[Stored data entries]
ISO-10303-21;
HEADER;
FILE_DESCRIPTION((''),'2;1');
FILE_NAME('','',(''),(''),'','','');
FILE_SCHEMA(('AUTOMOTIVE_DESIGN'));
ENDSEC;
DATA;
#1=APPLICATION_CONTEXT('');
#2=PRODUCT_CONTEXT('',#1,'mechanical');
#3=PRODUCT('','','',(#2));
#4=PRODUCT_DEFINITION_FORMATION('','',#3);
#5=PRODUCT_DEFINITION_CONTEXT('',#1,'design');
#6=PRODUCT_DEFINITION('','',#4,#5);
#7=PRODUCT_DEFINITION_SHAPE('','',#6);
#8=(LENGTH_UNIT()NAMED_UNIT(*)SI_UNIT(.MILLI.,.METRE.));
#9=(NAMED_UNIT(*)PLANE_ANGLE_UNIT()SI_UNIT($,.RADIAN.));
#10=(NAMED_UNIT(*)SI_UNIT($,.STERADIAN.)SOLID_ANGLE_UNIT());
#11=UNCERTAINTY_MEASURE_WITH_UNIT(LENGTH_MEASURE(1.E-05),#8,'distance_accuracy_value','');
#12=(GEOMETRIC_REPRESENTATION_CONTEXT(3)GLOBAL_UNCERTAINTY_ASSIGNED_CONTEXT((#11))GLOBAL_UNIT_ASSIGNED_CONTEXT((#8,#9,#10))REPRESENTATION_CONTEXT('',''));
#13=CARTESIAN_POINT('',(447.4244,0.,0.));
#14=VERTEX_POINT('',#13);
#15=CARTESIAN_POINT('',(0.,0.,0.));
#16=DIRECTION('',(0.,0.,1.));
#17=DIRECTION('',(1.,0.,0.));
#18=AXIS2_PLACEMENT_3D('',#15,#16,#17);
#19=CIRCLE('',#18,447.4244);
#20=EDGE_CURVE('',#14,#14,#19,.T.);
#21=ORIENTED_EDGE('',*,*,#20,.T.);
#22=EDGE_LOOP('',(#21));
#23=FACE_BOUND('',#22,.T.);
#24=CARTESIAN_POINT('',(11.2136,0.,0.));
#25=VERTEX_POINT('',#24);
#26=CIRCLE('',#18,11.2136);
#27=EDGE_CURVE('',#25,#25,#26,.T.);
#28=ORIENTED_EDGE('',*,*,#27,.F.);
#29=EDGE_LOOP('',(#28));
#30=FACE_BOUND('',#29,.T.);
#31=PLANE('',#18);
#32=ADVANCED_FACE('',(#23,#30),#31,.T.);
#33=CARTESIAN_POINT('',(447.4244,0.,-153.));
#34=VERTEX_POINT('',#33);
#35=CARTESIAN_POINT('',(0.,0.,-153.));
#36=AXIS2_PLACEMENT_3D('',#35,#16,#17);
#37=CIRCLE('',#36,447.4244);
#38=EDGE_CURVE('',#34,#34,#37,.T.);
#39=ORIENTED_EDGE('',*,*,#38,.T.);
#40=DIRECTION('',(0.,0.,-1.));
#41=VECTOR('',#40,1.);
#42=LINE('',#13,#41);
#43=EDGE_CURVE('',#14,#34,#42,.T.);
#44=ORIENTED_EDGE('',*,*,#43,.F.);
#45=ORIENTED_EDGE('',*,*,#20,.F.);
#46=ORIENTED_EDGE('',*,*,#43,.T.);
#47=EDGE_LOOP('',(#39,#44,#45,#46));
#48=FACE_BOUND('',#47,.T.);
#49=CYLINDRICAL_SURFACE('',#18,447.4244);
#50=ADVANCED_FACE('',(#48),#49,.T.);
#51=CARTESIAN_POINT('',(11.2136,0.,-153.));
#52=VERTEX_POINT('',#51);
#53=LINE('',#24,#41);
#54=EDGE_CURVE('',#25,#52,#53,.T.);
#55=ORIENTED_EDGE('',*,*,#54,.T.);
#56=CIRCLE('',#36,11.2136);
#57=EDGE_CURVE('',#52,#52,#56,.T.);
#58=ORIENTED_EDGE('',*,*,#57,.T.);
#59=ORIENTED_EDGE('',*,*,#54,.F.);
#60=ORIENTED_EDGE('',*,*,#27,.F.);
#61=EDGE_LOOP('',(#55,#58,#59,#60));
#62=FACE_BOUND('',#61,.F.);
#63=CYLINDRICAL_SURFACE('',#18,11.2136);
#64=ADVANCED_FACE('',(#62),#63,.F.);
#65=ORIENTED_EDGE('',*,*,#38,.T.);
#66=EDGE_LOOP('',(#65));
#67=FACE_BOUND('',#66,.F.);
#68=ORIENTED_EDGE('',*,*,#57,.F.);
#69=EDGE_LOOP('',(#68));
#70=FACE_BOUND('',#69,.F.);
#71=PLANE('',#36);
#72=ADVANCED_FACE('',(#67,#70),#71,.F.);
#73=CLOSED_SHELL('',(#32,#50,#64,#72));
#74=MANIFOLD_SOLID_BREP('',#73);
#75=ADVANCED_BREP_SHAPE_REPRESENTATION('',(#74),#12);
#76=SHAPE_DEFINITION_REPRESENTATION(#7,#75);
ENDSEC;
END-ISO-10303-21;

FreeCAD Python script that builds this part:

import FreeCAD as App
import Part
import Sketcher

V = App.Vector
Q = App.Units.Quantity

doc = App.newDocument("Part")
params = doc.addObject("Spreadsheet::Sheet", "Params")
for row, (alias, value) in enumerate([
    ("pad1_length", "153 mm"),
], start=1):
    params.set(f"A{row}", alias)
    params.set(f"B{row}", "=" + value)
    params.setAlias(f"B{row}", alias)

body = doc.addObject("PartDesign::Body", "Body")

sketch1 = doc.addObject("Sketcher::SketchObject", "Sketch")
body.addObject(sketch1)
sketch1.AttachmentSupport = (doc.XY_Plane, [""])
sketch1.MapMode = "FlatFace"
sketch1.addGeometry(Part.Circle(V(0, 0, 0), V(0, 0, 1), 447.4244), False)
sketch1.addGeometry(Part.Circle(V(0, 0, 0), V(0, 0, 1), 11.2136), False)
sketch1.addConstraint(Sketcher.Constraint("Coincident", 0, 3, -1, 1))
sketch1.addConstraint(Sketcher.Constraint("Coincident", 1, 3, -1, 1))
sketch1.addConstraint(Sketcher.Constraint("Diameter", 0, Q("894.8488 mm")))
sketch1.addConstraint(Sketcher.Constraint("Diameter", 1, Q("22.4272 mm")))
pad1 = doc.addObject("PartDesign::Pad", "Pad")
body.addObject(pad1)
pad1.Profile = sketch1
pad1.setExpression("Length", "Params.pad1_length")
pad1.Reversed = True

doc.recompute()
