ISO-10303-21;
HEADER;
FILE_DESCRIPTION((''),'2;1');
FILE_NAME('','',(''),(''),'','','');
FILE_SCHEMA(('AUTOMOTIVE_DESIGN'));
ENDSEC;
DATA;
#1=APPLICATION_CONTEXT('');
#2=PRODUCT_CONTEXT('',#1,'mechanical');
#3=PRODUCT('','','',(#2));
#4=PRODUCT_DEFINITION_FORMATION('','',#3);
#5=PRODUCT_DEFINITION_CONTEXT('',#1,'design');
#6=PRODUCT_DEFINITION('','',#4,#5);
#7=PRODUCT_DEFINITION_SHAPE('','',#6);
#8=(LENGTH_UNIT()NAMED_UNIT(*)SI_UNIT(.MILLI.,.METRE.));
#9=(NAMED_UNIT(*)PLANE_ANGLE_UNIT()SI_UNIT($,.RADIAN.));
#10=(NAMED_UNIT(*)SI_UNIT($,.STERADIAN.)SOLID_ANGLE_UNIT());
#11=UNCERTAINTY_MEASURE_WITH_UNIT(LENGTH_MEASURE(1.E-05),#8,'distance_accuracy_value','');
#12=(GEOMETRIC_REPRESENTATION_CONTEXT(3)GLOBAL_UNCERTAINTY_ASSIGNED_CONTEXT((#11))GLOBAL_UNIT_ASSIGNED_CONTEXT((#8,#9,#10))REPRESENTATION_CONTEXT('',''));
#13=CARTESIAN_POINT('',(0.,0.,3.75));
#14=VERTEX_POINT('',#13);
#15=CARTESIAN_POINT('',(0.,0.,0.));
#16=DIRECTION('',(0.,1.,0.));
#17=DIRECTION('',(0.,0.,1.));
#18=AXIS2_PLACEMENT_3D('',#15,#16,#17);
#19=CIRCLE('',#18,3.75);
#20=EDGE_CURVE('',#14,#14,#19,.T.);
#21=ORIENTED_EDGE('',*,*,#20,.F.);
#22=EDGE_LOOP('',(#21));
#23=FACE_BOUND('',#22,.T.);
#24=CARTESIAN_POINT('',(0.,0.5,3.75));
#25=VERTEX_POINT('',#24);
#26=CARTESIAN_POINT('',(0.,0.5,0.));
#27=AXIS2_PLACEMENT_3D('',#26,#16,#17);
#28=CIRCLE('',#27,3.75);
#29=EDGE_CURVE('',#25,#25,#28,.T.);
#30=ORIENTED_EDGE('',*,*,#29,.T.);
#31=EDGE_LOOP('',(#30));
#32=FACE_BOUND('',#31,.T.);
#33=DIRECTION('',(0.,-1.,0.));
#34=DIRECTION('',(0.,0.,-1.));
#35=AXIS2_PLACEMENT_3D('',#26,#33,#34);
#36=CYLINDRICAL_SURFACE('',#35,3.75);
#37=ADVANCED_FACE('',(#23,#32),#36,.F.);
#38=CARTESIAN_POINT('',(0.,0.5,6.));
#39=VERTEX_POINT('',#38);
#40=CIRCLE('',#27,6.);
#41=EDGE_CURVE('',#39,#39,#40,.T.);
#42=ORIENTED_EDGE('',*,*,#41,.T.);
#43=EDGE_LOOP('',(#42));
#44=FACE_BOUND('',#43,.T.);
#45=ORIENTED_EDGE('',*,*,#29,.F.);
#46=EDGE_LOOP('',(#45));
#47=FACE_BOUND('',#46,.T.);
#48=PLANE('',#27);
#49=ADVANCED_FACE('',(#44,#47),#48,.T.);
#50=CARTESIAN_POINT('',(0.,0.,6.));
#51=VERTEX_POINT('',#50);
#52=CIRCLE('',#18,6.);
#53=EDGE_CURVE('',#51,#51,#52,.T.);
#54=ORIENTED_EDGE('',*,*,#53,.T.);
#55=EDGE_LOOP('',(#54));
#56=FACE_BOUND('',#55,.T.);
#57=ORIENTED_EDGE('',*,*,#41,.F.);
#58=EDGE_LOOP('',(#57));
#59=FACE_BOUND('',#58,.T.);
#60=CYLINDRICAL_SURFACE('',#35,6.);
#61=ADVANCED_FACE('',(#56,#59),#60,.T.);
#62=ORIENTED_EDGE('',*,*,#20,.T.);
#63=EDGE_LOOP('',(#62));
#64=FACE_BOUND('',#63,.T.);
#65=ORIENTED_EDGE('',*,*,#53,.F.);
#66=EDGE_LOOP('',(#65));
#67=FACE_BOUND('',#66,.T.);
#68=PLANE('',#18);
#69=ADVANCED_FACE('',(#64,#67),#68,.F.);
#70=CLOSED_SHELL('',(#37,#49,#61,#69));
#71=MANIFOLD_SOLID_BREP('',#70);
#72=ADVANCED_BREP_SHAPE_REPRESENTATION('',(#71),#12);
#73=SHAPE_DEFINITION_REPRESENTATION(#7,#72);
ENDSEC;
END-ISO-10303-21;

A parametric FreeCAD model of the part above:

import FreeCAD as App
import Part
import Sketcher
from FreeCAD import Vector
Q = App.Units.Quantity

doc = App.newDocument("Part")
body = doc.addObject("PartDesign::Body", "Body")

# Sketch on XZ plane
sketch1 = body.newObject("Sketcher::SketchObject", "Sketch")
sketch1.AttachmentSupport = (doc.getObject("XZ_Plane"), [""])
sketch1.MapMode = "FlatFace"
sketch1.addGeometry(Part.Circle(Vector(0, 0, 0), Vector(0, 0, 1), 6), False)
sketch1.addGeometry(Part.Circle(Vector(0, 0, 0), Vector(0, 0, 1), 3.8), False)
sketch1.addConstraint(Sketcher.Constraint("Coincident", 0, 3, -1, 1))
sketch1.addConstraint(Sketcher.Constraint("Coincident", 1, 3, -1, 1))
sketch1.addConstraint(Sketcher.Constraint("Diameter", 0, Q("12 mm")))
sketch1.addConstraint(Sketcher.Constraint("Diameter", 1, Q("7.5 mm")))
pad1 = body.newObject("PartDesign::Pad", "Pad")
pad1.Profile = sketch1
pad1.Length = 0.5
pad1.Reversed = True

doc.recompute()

PROMPT
Using the entries above, give again exactly the lines from the line holding "#56=FACE_BOUND('',#55,.T.);" through the line holding "#64=FACE_BOUND('',#63,.T.);". Include both end lines and nothing else.

EXERCISE RESULT
#56=FACE_BOUND('',#55,.T.);
#57=ORIENTED_EDGE('',*,*,#41,.F.);
#58=EDGE_LOOP('',(#57));
#59=FACE_BOUND('',#58,.T.);
#60=CYLINDRICAL_SURFACE('',#35,6.);
#61=ADVANCED_FACE('',(#56,#59),#60,.T.);
#62=ORIENTED_EDGE('',*,*,#20,.T.);
#63=EDGE_LOOP('',(#62));
#64=FACE_BOUND('',#63,.T.);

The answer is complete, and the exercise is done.